Wonderful movie but suffers from the "West Side Story Syndrome"
I finally got around to seeing "To Sir With Love" and thoroughly enjoyed it. "To Sir With Love" has been greatly affected by what I call the "West Side Story Syndrome", wherein the kids who used to be shocking and menacing are now quaint. It completely changes the emotional impact of the movie. "West Side Story" greatly benefited from the syndrome but "To Sir With Love" mostly suffers from it.
When I watched "To Sir With Love," I had to keep telling myself, "Oh yeah, these are scary kids." So, when they transform from lowlifes into budding, lovable adults, the emotional impact just wasn't there.

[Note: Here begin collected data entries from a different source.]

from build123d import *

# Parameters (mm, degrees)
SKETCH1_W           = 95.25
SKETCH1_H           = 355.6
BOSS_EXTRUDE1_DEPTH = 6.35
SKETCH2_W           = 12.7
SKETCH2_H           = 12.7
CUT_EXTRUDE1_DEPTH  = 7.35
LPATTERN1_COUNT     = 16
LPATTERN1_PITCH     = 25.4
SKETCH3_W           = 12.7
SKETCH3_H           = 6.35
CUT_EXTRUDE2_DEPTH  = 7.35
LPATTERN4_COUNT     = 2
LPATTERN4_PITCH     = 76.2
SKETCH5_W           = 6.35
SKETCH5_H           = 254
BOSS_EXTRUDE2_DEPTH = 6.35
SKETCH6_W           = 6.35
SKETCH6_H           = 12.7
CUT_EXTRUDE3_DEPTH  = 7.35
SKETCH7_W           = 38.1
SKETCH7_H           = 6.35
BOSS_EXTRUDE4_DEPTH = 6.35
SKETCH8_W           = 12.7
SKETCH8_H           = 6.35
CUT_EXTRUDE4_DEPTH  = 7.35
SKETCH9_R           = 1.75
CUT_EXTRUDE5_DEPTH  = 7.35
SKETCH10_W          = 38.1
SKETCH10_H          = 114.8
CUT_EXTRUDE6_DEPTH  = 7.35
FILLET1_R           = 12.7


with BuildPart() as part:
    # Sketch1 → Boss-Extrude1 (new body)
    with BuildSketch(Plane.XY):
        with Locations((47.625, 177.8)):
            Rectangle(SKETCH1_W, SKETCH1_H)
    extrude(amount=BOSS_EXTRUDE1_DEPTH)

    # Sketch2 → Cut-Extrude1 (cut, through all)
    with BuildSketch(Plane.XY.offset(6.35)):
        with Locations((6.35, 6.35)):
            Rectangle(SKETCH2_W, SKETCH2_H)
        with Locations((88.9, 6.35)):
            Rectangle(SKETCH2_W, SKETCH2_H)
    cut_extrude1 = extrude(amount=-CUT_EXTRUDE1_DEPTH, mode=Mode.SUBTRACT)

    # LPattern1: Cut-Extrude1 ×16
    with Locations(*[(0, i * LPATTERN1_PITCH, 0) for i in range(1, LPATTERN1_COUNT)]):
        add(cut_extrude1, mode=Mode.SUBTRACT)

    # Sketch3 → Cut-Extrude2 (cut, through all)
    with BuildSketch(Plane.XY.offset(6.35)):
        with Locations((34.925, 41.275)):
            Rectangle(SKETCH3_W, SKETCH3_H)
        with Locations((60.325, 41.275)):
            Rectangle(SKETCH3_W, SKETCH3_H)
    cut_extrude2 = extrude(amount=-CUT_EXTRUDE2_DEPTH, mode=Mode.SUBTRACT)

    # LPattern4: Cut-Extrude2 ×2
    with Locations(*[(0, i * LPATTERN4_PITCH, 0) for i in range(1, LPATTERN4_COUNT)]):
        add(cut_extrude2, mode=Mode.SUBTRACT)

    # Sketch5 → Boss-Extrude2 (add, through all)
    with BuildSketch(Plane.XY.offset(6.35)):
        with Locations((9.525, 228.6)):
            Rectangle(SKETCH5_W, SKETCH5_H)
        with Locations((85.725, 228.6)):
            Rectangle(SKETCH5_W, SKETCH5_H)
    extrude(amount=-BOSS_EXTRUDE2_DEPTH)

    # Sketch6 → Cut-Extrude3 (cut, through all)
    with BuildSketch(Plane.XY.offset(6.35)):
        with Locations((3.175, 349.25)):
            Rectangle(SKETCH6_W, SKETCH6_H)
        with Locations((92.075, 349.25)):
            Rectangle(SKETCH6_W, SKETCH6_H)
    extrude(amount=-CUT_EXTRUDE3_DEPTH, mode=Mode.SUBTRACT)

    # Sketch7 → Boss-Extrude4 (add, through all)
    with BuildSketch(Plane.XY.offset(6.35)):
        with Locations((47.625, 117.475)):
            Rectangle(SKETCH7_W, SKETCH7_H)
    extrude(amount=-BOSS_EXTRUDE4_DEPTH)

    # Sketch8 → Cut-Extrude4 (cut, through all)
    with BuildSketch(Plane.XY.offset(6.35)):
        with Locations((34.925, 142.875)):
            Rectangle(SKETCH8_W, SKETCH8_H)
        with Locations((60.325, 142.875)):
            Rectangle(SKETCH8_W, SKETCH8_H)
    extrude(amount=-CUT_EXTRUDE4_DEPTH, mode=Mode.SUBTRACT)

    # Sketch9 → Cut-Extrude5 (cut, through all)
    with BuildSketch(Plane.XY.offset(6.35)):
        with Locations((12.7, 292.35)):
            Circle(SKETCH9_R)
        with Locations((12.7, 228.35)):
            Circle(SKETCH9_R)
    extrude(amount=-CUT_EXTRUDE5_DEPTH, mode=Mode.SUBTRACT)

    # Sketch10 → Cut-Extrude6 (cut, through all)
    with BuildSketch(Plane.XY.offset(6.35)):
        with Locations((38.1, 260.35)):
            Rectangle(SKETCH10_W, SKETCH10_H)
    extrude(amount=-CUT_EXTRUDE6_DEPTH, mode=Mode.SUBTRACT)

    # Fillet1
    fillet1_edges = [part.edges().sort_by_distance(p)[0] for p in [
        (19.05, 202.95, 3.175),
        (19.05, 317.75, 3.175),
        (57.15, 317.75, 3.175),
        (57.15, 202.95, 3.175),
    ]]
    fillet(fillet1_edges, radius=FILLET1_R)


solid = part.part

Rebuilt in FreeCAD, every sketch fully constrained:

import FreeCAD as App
import Part
import Sketcher
from FreeCAD import Vector
Q = App.Units.Quantity


def edges_at(feature, points):
    """Names of the edges that pass closest to the given points."""
    edges = feature.Shape.Edges
    near = lambda p: min(range(len(edges)), key=lambda i: edges[i].distToShape(Part.Vertex(*p))[0])
    return sorted({f"Edge{near(p) + 1}" for p in points})

doc = App.newDocument("Part")
params = doc.addObject("Spreadsheet::Sheet", "Params")
for row, (alias, value) in enumerate([
    ("sketch1_height", "14 in"),
    ("sketch1_width", "3.75 in"),
    ("pad1_length", "0.25 in"),
    ("sketch2_width", "0.5 in"),
    ("linearpattern_pitch", "1 in"),
    ("sketch3_width", "0.5 in"),
    ("sketch3_height", "0.25 in"),
    ("linearpattern2_pitch", "3 in"),
    ("sketch4_height", "10 in"),
    ("sketch4_width", "0.25 in"),
    ("sketch5_height", "0.5 in"),
    ("sketch5_width", "0.25 in"),
    ("sketch6_width", "1.5 in"),
    ("sketch6_height", "0.25 in"),
    ("sketch7_width", "0.5 in"),
    ("sketch7_height", "0.25 in"),
    ("sketch9_width", "1.5 in"),
    ("fillet_radius", "0.5 in"),
], start=1):
    params.set(f"A{row}", alias)
    params.set(f"B{row}", "=" + value)
    params.setAlias(f"B{row}", alias)

body = doc.addObject("PartDesign::Body", "Body")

Also lost is the shocking audaciousness of a black man dancing with a white girl. Kudos to James Clavell for daring to do that scene in 1967. It's something even modern directors shy away from.
The lead song by "Lulu" is absolutely terrific except that the movie WAY overplays it. Once at the beginning and once during the dance scene would have been enough. I hope I don't sound too critical since it really is a good move.
Sidney Poitier is in top form and sexy in a way that disappeared soon after 1967. It is also interesting to note that Poetier looks like a real black guy... not the "chocolate with white features" look that later became so popular.